Dáil debates

Tuesday, 28 May 2013

Financial Emergency Measures in the Public Interest Bill 2013: Second Stage

 

7:25 pm

Photo of Mary Lou McDonaldMary Lou McDonald (Dublin Central, Sinn Fein) | Oireachtas source

The Minister has moved with indecent haste to introduce this legislation. I was interested in his comments, in that he described it as part of "the Government's policy of restraint and prudent budget". There was a complimentary glow to that depiction. The agreement has just been published, some union leaderships have taken a judgment on it and not a single union member has been balloted on its provisions. The legislation could have waited, but the Minister's objective in pushing it through is to strong-arm public sector workers, the very workers for whom he is responsible. I consider this to be a pre-emptive strike against them. The contingency measures to which he referred are blunt threats - sign up or else. Shaping up to one's workforce with such bravado is unnecessary, unhelpful and bad practice.
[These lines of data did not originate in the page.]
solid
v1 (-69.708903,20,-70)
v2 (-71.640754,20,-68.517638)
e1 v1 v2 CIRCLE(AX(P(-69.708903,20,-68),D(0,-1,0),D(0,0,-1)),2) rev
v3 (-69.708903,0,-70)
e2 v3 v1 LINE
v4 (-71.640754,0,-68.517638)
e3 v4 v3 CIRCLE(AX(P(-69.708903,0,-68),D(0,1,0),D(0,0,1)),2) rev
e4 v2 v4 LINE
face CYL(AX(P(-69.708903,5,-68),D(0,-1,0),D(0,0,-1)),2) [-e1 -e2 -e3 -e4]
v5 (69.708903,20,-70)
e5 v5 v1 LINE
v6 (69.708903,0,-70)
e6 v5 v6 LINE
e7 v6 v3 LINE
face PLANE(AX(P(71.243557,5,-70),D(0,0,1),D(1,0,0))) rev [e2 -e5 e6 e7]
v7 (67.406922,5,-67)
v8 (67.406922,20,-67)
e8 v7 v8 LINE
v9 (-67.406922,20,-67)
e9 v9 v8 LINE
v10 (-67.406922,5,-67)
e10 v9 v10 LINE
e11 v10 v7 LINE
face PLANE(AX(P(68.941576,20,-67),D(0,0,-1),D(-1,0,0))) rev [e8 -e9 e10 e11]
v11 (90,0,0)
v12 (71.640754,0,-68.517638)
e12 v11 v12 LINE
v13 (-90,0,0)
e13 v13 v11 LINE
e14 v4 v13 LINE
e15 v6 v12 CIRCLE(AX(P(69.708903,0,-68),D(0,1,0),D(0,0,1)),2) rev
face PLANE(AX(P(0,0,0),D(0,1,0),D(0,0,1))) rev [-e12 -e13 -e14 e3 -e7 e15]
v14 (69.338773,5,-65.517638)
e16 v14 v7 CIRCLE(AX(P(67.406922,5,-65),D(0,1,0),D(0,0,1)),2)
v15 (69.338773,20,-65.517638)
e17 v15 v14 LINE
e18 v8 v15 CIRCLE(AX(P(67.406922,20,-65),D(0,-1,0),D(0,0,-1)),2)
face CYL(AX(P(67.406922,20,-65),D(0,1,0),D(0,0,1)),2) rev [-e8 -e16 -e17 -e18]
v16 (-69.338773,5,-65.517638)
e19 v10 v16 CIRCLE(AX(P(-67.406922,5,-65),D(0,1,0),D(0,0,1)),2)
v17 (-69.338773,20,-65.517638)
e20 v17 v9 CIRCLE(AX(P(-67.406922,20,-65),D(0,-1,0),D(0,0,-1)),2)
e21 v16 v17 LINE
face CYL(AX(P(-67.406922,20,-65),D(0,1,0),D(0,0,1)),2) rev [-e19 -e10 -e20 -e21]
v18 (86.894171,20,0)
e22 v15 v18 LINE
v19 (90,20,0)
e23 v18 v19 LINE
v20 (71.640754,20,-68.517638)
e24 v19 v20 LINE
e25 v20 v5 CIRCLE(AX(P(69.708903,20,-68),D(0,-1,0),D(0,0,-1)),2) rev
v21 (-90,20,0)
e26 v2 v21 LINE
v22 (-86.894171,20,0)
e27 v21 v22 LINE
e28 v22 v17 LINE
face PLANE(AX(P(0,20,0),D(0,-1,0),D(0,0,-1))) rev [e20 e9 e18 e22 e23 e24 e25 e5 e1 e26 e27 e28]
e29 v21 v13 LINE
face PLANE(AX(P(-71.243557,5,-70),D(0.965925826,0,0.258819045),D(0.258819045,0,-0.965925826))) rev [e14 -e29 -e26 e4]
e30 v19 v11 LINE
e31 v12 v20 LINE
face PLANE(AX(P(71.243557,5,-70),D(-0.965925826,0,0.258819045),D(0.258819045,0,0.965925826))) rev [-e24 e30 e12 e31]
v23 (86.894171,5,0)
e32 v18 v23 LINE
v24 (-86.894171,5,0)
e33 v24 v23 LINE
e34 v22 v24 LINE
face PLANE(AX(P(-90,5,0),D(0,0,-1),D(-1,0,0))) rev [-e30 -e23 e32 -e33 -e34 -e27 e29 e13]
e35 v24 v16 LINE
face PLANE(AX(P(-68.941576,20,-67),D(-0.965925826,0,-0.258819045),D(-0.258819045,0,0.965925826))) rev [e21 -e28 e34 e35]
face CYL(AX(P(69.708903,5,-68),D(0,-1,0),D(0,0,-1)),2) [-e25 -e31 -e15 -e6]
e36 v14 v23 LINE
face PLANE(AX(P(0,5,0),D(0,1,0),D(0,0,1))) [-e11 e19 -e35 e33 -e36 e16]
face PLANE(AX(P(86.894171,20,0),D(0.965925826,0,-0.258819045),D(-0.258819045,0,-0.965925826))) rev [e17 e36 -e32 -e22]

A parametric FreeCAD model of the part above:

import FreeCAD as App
import Part
import Sketcher
Q = App.Units.Quantity


def edges_at(feature, points):
    """Names of the edges that pass closest to the given points."""
    edges = feature.Shape.Edges
    near = lambda p: min(range(len(edges)), key=lambda i: edges[i].distToShape(Part.Vertex(*p))[0])
    return sorted({f"Edge{near(p) + 1}" for p in points})


def add_polygon(sketch, points):
    """Adds a closed chain of lines whose ends are joined by coincident constraints."""
    first, n = sketch.GeometryCount, len(points)
    for a, b in zip(points, points[1:] + points[:1]):
        sketch.addGeometry(Part.LineSegment(App.Vector(*a, 0), App.Vector(*b, 0)), False)
    for i in range(n):
        sketch.addConstraint(Sketcher.Constraint("Coincident", first + i, 2, first + (i + 1) % n, 1))

doc = App.newDocument("Part")
body = doc.addObject("PartDesign::Body", "Body")

sketch1 = doc.addObject("Sketcher::SketchObject", "Sketch")
body.addObject(sketch1)
sketch1.AttachmentSupport = (doc.XZ_Plane, [""])
sketch1.MapMode = "FlatFace"
add_polygon(sketch1, [(71, -70), (-71, -70), (-90, 0), (90, 0)])
sketch1.addConstraint(Sketcher.Constraint("Horizontal", 0))
sketch1.addConstraint(Sketcher.Constraint("Horizontal", 2))
sketch1.addConstraint(Sketcher.Constraint("Symmetric", 1, 2, 2, 2, -1, 1))
sketch1.addConstraint(Sketcher.Constraint("Equal", 1, 3))
sketch1.addConstraint(Sketcher.Constraint("DistanceX", 2, 1, 2, 2, Q("180 mm")))
sketch1.addConstraint(Sketcher.Constraint("Angle", 1, Q("105 deg")))
sketch1.addConstraint(Sketcher.Constraint("DistanceY", 0, 2, -1, 1, Q("70 mm")))
pad1 = doc.addObject("PartDesign::Pad", "Pad")
body.addObject(pad1)
pad1.Profile = sketch1
pad1.Length = 5
pad1.Reversed = True

sketch2 = doc.addObject("Sketcher::SketchObject", "Sketch001")
body.addObject(sketch2)
sketch2.AttachmentSupport = (doc.XZ_Plane, [""])
sketch2.MapMode = "FlatFace"
sketch2.AttachmentOffset = App.Placement(App.Vector(0, 0, -5), App.Rotation())
add_polygon(sketch2, [(-68.9, -67), (68.9, -67), (86.9, 0), (90, 0), (71.2, -70), (-71.2, -70), (-90, 0), (-86.9, 0)])
sketch2.addConstraint(Sketcher.Constraint("Horizontal", 0))
sketch2.addConstraint(Sketcher.Constraint("Horizontal", 2))
sketch2.addConstraint(Sketcher.Constraint("Horizontal", 4))
sketch2.addConstraint(Sketcher.Constraint("Horizontal", 6))
sketch2.addConstraint(Sketcher.Constraint("Symmetric", 2, 2, 5, 2, -1, 1))
sketch2.addConstraint(Sketcher.Constraint("Symmetric", 1, 2, 6, 2, -2))
sketch2.addConstraint(Sketcher.Constraint("Parallel", 1, 3))
sketch2.addConstraint(Sketcher.Constraint("Parallel", 5, 7))
sketch2.addConstraint(Sketcher.Constraint("Equal", 3, 5))
sketch2.addConstraint(Sketcher.Constraint("Angle", 1, Q("75 deg")))
sketch2.addConstraint(Sketcher.Constraint("DistanceY", 0, 2, -1, 1, Q("67 mm")))
sketch2.addConstraint(Sketcher.Constraint("DistanceX", -1, 1, 2, 2, Q("90 mm")))
sketch2.addConstraint(Sketcher.Constraint("DistanceY", 3, 2, -1, 1, Q("70 mm")))
sketch2.addConstraint(Sketcher.Constraint("DistanceX", 0, 1, 0, 2, Q("137.883151 mm")))
pad2 = doc.addObject("PartDesign::Pad", "Pad001")
body.addObject(pad2)
pad2.Profile = sketch2
pad2.Length = 15
pad2.Reversed = True
doc.recompute()

fillet = doc.addObject("PartDesign::Fillet", "Fillet")
body.addObject(fillet)
fillet.Base = (pad2, edges_at(pad2, [
    (-68.942, 12.5, -67),
    (68.942, 12.5, -67),
    (-71.244, 10, -70),
    (71.244, 10, -70),
]))
fillet.Radius = 2

doc.recompute()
The Minister stated that he had taken the radical decision to engage freely with employees and their representatives on the policy challenge facing us. Is it not extraordinary that a Labour Party Minister would consider a process of collective bargaining and consultation radical? It is not radical - it is necessary.

Following the rejection of Croke Park II, a new negotiation process was initiated. Mr. Kieran Mulvey of the Labour Relations Commission was tasked to take the lead and union leaderships engaged fully in the discussions despite the unduly constrained framework set by the Government. There was no need to bully the leaders to the table - they went openly. In the course of the discussions, however, the Minister intervened time and again, barracking from the sidelines with his contingency plans. This caused me to wonder when he stated this evening that, while some people believed that the Government should act unilaterally and reduce the pay of all public servants without consultation, discussion or negotiation, neither he nor the Government shared that view. This is precisely the view that he articulated throughout the process - pass the agreement or else. Now the message is to agree the Haddington Road deal or else. The big threats and big sticks are still out.

This legislation has already been presented to union members and has been widely reported and commented on in the media. Trade union members and public servants are fully aware of the Minister's intent in the event of rejection of the Haddington Road deal. The Government's approach throughout this sorry episode, from Croke Park to Haddington Road, demonstrates nothing short of contempt for public sector workers. Let us remember that this and the last Governments have cut the public sector workforce by 10%. There is a commitment to reduce it by a further 10,000 workers. As at 2008, staffing figures in the public sector were slightly below the OECD average. In a comparison with eight countries, including Britain, Canada and the Netherlands, Ireland had the third lowest figure for general government employment per 1,000 population, as I am sure the Minister knows.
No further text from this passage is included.